RECORDS FOR THE TASK: Begin
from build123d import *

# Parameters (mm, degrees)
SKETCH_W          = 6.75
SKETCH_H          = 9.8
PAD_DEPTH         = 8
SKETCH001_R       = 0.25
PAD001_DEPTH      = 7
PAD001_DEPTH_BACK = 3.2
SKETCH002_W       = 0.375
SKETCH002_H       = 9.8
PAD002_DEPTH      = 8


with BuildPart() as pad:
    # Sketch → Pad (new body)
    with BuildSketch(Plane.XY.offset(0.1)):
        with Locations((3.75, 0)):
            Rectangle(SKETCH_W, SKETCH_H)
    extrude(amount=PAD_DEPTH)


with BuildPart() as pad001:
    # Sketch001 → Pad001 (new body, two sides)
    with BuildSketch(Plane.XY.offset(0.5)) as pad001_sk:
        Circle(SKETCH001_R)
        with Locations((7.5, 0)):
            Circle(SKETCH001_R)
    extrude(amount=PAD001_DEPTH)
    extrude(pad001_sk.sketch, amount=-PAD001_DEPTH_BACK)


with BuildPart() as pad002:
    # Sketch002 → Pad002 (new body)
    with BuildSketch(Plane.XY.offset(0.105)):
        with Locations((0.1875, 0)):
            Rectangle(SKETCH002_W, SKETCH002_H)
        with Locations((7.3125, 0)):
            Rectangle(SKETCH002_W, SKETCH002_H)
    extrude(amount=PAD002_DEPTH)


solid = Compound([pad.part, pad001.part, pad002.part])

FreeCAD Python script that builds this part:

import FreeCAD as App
import Part
import Sketcher

V = App.Vector
Q = App.Units.Quantity


def add_polygon(sketch, points):
    """Adds a closed chain of lines whose ends are joined by coincident constraints."""
    first, n = sketch.GeometryCount, len(points)
    for a, b in zip(points, points[1:] + points[:1]):
        sketch.addGeometry(Part.LineSegment(App.Vector(*a, 0), App.Vector(*b, 0)), False)
    for i in range(n):
        sketch.addConstraint(Sketcher.Constraint("Coincident", first + i, 2, first + (i + 1) % n, 1))

doc = App.newDocument("Part")
body = doc.addObject("PartDesign::Body", "Body")

# Sketch on XY plane
sketch1 = doc.addObject("Sketcher::SketchObject", "Sketch")
body.addObject(sketch1)
sketch1.AttachmentSupport = (doc.XY_Plane, [""])
sketch1.MapMode = "FlatFace"
sketch1.AttachmentOffset = App.Placement(V(0, 0, 0.1), App.Rotation())
add_polygon(sketch1, [(0, 5), (0, -5), (7, -5), (7, 5)])  # lines 0-3
sketch1.addConstraint([
    Sketcher.Constraint("Vertical", 0),
    Sketcher.Constraint("Horizontal", 1),
    Sketcher.Constraint("Vertical", 2),
    Sketcher.Constraint("Horizontal", 3),
    Sketcher.Constraint("DistanceY", 0, 2, 0, 1, Q("9.8 mm")),
    Sketcher.Constraint("DistanceX", 1, 1, 1, 2, Q("6.75 mm")),
    Sketcher.Constraint("DistanceY", 0, 2, -1, 1, Q("4.9 mm")),
    Sketcher.Constraint("DistanceX", -1, 1, 0, 2, Q("0.375 mm")),
])
pad1 = doc.addObject("PartDesign::Pad", "Pad")
body.addObject(pad1)
pad1.Profile = sketch1
pad1.Length = 8
body2 = doc.addObject("PartDesign::Body", "Body001")
body2.AllowCompound = True

# Sketch on XY plane
sketch2 = doc.addObject("Sketcher::SketchObject", "Sketch001")
body2.addObject(sketch2)
sketch2.AttachmentSupport = (doc.getObject("XY_Plane001"), [""])
sketch2.MapMode = "FlatFace"
sketch2.AttachmentOffset = App.Placement(V(0, 0, 0.5), App.Rotation())
sketch2.addGeometry([
    Part.Circle(V(0, 0, 0), V(0, 0, 1), 0.25),
    Part.Circle(V(7.5, 0, 0), V(0, 0, 1), 0.25),
], False)
sketch2.addConstraint([
    Sketcher.Constraint("Coincident", 0, 3, -1, 1),
    Sketcher.Constraint("Equal", 0, 1),
    Sketcher.Constraint("PointOnObject", 1, 3, -1),
    Sketcher.Constraint("Diameter", 0, Q("0.5 mm")),
    Sketcher.Constraint("DistanceX", -1, 1, 1, 3, Q("7.5 mm")),
])
pad2 = doc.addObject("PartDesign::Pad", "Pad001")
body2.addObject(pad2)
pad2.Profile = sketch2
pad2.Type = "TwoLengths"
pad2.Length = 7
pad2.Length2 = 3.2
body3 = doc.addObject("PartDesign::Body", "Body002")
body3.AllowCompound = True

# Sketch on XY plane
sketch3 = doc.addObject("Sketcher::SketchObject", "Sketch002")
body3.addObject(sketch3)
sketch3.AttachmentSupport = (doc.getObject("XY_Plane002"), [""])
sketch3.MapMode = "FlatFace"
sketch3.AttachmentOffset = App.Placement(V(0, 0, 0.105), App.Rotation())
add_polygon(sketch3, [(0, 4.9), (0, -4.9), (0.38, -4.9), (0.38, 4.9)])  # lines 0-3
add_polygon(sketch3, [(7.12, 4.9), (7.12, -4.9), (7.5, -4.9), (7.5, 4.9)])  # lines 4-7
sketch3.addConstraint([
    Sketcher.Constraint("Vertical", 0),
    Sketcher.Constraint("Horizontal", 1),
    Sketcher.Constraint("Vertical", 2),
    Sketcher.Constraint("Horizontal", 3),
    Sketcher.Constraint("Vertical", 4),
    Sketcher.Constraint("Horizontal", 5),
    Sketcher.Constraint("Vertical", 6),
    Sketcher.Constraint("Horizontal", 7),
    Sketcher.Constraint("Symmetric", 0, 2, 3, 2, -1, 1),
    Sketcher.Constraint("Horizontal", 1, 2, 4, 2),
    Sketcher.Constraint("Horizontal", 3, 2, 6, 2),
    Sketcher.Constraint("Equal", 3, 5),
    Sketcher.Constraint("DistanceY", 0, 2, 0, 1, Q("9.8 mm")),
    Sketcher.Constraint("DistanceX", -1, 1, 5, 2, Q("7.5 mm")),
    Sketcher.Constraint("DistanceX", 1, 1, 1, 2, Q("0.375 mm")),
])
pad3 = doc.addObject("PartDesign::Pad", "Pad002")
body3.addObject(pad3)
pad3.Profile = sketch3
pad3.Length = 8

doc.recompute()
RECORDS FOR THE TASK: End
• **PROBLEM DETAILS**:
Each line of the data above is to be duplicated exactly.

• **RESPONSE**:
from build123d import *

# Parameters (mm, degrees)
SKETCH_W          = 6.75
SKETCH_H          = 9.8
PAD_DEPTH         = 8
SKETCH001_R       = 0.25
PAD001_DEPTH      = 7
PAD001_DEPTH_BACK = 3.2
SKETCH002_W       = 0.375
SKETCH002_H       = 9.8
PAD002_DEPTH      = 8


with BuildPart() as pad:
    # Sketch → Pad (new body)
    with BuildSketch(Plane.XY.offset(0.1)):
        with Locations((3.75, 0)):
            Rectangle(SKETCH_W, SKETCH_H)
    extrude(amount=PAD_DEPTH)


with BuildPart() as pad001:
    # Sketch001 → Pad001 (new body, two sides)
    with BuildSketch(Plane.XY.offset(0.5)) as pad001_sk:
        Circle(SKETCH001_R)
        with Locations((7.5, 0)):
            Circle(SKETCH001_R)
    extrude(amount=PAD001_DEPTH)
    extrude(pad001_sk.sketch, amount=-PAD001_DEPTH_BACK)


with BuildPart() as pad002:
    # Sketch002 → Pad002 (new body)
    with BuildSketch(Plane.XY.offset(0.105)):
        with Locations((0.1875, 0)):
            Rectangle(SKETCH002_W, SKETCH002_H)
        with Locations((7.3125, 0)):
            Rectangle(SKETCH002_W, SKETCH002_H)
    extrude(amount=PAD002_DEPTH)


solid = Compound([pad.part, pad001.part, pad002.part])

FreeCAD Python script that builds this part:

import FreeCAD as App
import Part
import Sketcher

V = App.Vector
Q = App.Units.Quantity


def add_polygon(sketch, points):
    """Adds a closed chain of lines whose ends are joined by coincident constraints."""
    first, n = sketch.GeometryCount, len(points)
    for a, b in zip(points, points[1:] + points[:1]):
        sketch.addGeometry(Part.LineSegment(App.Vector(*a, 0), App.Vector(*b, 0)), False)
    for i in range(n):
        sketch.addConstraint(Sketcher.Constraint("Coincident", first + i, 2, first + (i + 1) % n, 1))

doc = App.newDocument("Part")
body = doc.addObject("PartDesign::Body", "Body")

# Sketch on XY plane
sketch1 = doc.addObject("Sketcher::SketchObject", "Sketch")
body.addObject(sketch1)
sketch1.AttachmentSupport = (doc.XY_Plane, [""])
sketch1.MapMode = "FlatFace"
sketch1.AttachmentOffset = App.Placement(V(0, 0, 0.1), App.Rotation())
add_polygon(sketch1, [(0, 5), (0, -5), (7, -5), (7, 5)])  # lines 0-3
sketch1.addConstraint([
    Sketcher.Constraint("Vertical", 0),
    Sketcher.Constraint("Horizontal", 1),
    Sketcher.Constraint("Vertical", 2),
    Sketcher.Constraint("Horizontal", 3),
    Sketcher.Constraint("DistanceY", 0, 2, 0, 1, Q("9.8 mm")),
    Sketcher.Constraint("DistanceX", 1, 1, 1, 2, Q("6.75 mm")),
    Sketcher.Constraint("DistanceY", 0, 2, -1, 1, Q("4.9 mm")),
    Sketcher.Constraint("DistanceX", -1, 1, 0, 2, Q("0.375 mm")),
])
pad1 = doc.addObject("PartDesign::Pad", "Pad")
body.addObject(pad1)
pad1.Profile = sketch1
pad1.Length = 8
body2 = doc.addObject("PartDesign::Body", "Body001")
body2.AllowCompound = True

# Sketch on XY plane
sketch2 = doc.addObject("Sketcher::SketchObject", "Sketch001")
body2.addObject(sketch2)
sketch2.AttachmentSupport = (doc.getObject("XY_Plane001"), [""])
sketch2.MapMode = "FlatFace"
sketch2.AttachmentOffset = App.Placement(V(0, 0, 0.5), App.Rotation())
sketch2.addGeometry([
    Part.Circle(V(0, 0, 0), V(0, 0, 1), 0.25),
    Part.Circle(V(7.5, 0, 0), V(0, 0, 1), 0.25),
], False)
sketch2.addConstraint([
    Sketcher.Constraint("Coincident", 0, 3, -1, 1),
    Sketcher.Constraint("Equal", 0, 1),
    Sketcher.Constraint("PointOnObject", 1, 3, -1),
    Sketcher.Constraint("Diameter", 0, Q("0.5 mm")),
    Sketcher.Constraint("DistanceX", -1, 1, 1, 3, Q("7.5 mm")),
])
pad2 = doc.addObject("PartDesign::Pad", "Pad001")
body2.addObject(pad2)
pad2.Profile = sketch2
pad2.Type = "TwoLengths"
pad2.Length = 7
pad2.Length2 = 3.2
body3 = doc.addObject("PartDesign::Body", "Body002")
body3.AllowCompound = True

# Sketch on XY plane
sketch3 = doc.addObject("Sketcher::SketchObject", "Sketch002")
body3.addObject(sketch3)
sketch3.AttachmentSupport = (doc.getObject("XY_Plane002"), [""])
sketch3.MapMode = "FlatFace"
sketch3.AttachmentOffset = App.Placement(V(0, 0, 0.105), App.Rotation())
add_polygon(sketch3, [(0, 4.9), (0, -4.9), (0.38, -4.9), (0.38, 4.9)])  # lines 0-3
add_polygon(sketch3, [(7.12, 4.9), (7.12, -4.9), (7.5, -4.9), (7.5, 4.9)])  # lines 4-7
sketch3.addConstraint([
    Sketcher.Constraint("Vertical", 0),
    Sketcher.Constraint("Horizontal", 1),
    Sketcher.Constraint("Vertical", 2),
    Sketcher.Constraint("Horizontal", 3),
    Sketcher.Constraint("Vertical", 4),
    Sketcher.Constraint("Horizontal", 5),
    Sketcher.Constraint("Vertical", 6),
    Sketcher.Constraint("Horizontal", 7),
    Sketcher.Constraint("Symmetric", 0, 2, 3, 2, -1, 1),
    Sketcher.Constraint("Horizontal", 1, 2, 4, 2),
    Sketcher.Constraint("Horizontal", 3, 2, 6, 2),
    Sketcher.Constraint("Equal", 3, 5),
    Sketcher.Constraint("DistanceY", 0, 2, 0, 1, Q("9.8 mm")),
    Sketcher.Constraint("DistanceX", -1, 1, 5, 2, Q("7.5 mm")),
    Sketcher.Constraint("DistanceX", 1, 1, 1, 2, Q("0.375 mm")),
])
pad3 = doc.addObject("PartDesign::Pad", "Pad002")
body3.addObject(pad3)
pad3.Profile = sketch3
pad3.Length = 8

doc.recompute()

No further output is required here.